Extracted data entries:
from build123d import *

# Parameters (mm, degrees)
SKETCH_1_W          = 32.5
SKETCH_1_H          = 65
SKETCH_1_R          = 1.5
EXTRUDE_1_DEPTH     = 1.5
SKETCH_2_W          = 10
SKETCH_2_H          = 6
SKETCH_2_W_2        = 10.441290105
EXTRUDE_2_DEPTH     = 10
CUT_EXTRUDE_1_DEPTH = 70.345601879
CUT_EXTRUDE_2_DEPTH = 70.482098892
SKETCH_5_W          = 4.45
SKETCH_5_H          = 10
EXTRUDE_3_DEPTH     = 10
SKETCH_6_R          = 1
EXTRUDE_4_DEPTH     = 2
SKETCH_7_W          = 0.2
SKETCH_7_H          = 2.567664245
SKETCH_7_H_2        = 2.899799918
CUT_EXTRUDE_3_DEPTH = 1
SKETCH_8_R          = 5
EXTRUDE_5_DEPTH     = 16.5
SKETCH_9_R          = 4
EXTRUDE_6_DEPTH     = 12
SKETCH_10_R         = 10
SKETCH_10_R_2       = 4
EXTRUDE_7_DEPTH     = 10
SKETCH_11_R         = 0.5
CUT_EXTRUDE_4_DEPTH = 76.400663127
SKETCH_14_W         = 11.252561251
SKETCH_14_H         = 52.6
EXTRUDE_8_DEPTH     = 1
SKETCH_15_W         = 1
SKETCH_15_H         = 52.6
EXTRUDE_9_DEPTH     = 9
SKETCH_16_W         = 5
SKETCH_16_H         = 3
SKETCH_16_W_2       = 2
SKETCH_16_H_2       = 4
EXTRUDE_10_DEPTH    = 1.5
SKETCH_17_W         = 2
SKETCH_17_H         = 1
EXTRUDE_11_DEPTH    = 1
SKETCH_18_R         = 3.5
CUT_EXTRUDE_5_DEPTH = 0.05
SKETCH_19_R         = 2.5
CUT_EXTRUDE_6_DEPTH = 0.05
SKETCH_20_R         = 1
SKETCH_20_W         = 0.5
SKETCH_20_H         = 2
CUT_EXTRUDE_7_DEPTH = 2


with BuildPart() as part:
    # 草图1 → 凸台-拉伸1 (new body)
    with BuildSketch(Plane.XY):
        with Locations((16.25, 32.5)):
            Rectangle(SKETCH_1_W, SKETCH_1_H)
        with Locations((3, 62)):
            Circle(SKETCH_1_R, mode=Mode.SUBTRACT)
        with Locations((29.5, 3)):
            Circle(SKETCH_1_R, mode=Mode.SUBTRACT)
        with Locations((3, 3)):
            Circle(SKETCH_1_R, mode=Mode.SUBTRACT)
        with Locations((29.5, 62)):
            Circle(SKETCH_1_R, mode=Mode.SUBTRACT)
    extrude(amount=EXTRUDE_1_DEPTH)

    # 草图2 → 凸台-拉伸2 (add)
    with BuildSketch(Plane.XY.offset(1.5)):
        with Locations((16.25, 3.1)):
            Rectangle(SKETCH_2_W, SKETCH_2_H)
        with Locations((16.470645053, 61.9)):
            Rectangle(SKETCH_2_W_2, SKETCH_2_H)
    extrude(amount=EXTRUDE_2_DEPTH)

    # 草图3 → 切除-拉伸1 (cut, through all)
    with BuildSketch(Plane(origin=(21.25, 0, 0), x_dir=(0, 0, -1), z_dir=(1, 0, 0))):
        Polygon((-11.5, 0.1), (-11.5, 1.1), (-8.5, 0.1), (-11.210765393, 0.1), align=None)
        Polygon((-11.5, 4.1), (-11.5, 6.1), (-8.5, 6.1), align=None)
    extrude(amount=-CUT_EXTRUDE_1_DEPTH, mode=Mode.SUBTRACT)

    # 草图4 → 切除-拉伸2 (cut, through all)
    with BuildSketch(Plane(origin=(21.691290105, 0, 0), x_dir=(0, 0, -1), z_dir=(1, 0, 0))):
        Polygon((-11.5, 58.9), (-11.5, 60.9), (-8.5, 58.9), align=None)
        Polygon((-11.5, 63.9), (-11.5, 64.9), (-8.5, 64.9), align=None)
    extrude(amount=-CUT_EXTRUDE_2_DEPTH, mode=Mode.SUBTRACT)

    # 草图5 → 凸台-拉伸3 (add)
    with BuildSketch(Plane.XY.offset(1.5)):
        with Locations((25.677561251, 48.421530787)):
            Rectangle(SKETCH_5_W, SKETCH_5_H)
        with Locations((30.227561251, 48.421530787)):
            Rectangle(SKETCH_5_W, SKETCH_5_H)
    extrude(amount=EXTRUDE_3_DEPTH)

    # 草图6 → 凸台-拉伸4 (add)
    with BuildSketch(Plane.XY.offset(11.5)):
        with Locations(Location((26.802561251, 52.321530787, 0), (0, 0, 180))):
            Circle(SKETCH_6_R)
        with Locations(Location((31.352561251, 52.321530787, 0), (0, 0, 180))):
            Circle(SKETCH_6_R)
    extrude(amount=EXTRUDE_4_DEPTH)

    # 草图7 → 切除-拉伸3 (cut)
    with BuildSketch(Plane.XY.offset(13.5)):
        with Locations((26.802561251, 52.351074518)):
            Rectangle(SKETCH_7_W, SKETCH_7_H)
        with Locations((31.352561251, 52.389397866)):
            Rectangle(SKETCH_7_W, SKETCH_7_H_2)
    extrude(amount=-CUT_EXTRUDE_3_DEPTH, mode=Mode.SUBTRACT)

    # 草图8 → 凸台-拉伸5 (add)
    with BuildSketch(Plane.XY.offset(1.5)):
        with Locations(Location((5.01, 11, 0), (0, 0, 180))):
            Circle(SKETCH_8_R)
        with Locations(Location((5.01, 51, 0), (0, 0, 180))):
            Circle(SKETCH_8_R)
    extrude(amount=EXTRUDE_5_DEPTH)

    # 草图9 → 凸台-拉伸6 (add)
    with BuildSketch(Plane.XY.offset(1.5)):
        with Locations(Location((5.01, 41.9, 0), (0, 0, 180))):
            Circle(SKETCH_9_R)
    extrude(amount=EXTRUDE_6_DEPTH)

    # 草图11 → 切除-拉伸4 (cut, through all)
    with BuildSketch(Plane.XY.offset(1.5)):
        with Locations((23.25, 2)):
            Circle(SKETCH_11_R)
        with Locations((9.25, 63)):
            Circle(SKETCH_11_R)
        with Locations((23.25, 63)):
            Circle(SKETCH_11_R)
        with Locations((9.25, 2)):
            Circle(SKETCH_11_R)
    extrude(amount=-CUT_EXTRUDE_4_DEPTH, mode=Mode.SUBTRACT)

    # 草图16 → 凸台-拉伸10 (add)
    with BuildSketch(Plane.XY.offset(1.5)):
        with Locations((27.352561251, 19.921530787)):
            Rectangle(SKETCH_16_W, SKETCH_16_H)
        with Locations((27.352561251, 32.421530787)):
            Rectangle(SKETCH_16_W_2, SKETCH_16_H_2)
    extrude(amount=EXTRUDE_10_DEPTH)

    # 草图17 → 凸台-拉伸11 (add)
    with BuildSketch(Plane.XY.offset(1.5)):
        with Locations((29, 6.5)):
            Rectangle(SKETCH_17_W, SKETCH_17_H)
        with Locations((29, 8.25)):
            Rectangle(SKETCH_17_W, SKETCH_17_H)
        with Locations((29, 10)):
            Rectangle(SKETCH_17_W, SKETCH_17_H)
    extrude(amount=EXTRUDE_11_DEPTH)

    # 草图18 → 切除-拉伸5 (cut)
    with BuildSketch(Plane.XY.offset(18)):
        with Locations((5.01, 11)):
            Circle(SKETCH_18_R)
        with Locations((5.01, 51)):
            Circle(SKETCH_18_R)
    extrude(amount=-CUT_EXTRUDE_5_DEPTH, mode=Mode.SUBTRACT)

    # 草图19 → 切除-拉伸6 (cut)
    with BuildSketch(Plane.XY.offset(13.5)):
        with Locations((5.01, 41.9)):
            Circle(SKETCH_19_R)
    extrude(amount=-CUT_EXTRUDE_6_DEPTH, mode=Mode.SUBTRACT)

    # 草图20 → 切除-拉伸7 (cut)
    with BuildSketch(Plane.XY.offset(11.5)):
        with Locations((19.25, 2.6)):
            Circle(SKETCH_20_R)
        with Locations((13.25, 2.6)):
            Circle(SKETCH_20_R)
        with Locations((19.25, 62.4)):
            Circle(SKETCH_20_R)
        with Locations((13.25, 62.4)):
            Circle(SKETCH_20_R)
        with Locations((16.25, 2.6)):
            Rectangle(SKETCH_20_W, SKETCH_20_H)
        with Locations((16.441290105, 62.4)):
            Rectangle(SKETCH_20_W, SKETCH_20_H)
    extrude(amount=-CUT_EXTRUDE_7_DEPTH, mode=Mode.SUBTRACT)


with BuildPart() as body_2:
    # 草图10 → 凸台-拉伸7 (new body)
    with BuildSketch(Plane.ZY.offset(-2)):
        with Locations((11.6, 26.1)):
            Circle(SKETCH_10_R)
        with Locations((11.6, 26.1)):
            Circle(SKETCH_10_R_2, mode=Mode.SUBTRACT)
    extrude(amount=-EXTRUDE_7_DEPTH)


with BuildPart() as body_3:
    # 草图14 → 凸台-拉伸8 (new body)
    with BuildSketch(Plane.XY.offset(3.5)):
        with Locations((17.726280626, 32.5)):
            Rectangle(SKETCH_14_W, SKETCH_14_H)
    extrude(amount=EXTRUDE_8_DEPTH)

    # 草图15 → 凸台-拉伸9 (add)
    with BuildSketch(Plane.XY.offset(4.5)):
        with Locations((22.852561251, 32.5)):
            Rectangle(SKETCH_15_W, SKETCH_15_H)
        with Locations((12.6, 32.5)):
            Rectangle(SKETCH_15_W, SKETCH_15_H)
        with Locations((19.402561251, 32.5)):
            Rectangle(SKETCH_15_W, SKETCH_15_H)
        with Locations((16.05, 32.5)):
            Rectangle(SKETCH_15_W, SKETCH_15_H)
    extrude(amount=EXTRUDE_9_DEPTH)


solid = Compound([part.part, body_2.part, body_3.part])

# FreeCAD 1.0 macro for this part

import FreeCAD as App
import Part
import Sketcher


def add_polygon(sketch, points):
    """Adds a closed chain of lines whose ends are joined by coincident constraints."""
    first, n = sketch.GeometryCount, len(points)
    for a, b in zip(points, points[1:] + points[:1]):
        sketch.addGeometry(Part.LineSegment(App.Vector(*a, 0), App.Vector(*b, 0)), False)
    for i in range(n):
        sketch.addConstraint(Sketcher.Constraint("Coincident", first + i, 2, first + (i + 1) % n, 1))

doc = App.newDocument("Part")
body = doc.addObject("PartDesign::Body", "Body")

# Sketch on XY plane
sketch1 = body.newObject("Sketcher::SketchObject", "Sketch")
sketch1.AttachmentSupport = (doc.getObject("XY_Plane"), [""])
sketch1.MapMode = "FlatFace"
add_polygon(sketch1, [(0, 65), (0, 0), (32.5, 0), (32.5, 65)])  # lines 0-3
sketch1.addGeometry(Part.Circle(App.Vector(3, 3, 0), App.Vector(0, 0, 1), 1.5), False)  # 4
sketch1.addGeometry(Part.Circle(App.Vector(29.5, 3, 0), App.Vector(0, 0, 1), 1.5), False)  # 5
sketch1.addGeometry(Part.Circle(App.Vector(3, 62, 0), App.Vector(0, 0, 1), 1.5), False)  # 6
sketch1.addGeometry(Part.Circle(App.Vector(29.5, 62, 0), App.Vector(0, 0, 1), 1.5), False)  # 7
sketch1.addConstraint(Sketcher.Constraint("Vertical", 0))
sketch1.addConstraint(Sketcher.Constraint("Horizontal", 1))
sketch1.addConstraint(Sketcher.Constraint("Vertical", 2))
sketch1.addConstraint(Sketcher.Constraint("Horizontal", 3))
sketch1.addConstraint(Sketcher.Constraint("Coincident", 0, 2, -1, 1))
sketch1.addConstraint(Sketcher.Constraint("Equal", 4, 5))
sketch1.addConstraint(Sketcher.Constraint("Equal", 5, 6))
sketch1.addConstraint(Sketcher.Constraint("Equal", 6, 7))
sketch1.addConstraint(Sketcher.Constraint("Horizontal", 4, 3, 5, 3))
sketch1.addConstraint(Sketcher.Constraint("Horizontal", 6, 3, 7, 3))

» Your task: Out of the data above, set down the lines from the one with "Circle(SKETCH_9_R)" to the one with "# 草图17 → 凸台-拉伸11 (add)", both included, exactly as written and with no additions.

» Answer to the problem:
            Circle(SKETCH_9_R)
    extrude(amount=EXTRUDE_6_DEPTH)

    # 草图11 → 切除-拉伸4 (cut, through all)
    with BuildSketch(Plane.XY.offset(1.5)):
        with Locations((23.25, 2)):
            Circle(SKETCH_11_R)
        with Locations((9.25, 63)):
            Circle(SKETCH_11_R)
        with Locations((23.25, 63)):
            Circle(SKETCH_11_R)
        with Locations((9.25, 2)):
            Circle(SKETCH_11_R)
    extrude(amount=-CUT_EXTRUDE_4_DEPTH, mode=Mode.SUBTRACT)

    # 草图16 → 凸台-拉伸10 (add)
    with BuildSketch(Plane.XY.offset(1.5)):
        with Locations((27.352561251, 19.921530787)):
            Rectangle(SKETCH_16_W, SKETCH_16_H)
        with Locations((27.352561251, 32.421530787)):
            Rectangle(SKETCH_16_W_2, SKETCH_16_H_2)
    extrude(amount=EXTRUDE_10_DEPTH)

    # 草图17 → 凸台-拉伸11 (add)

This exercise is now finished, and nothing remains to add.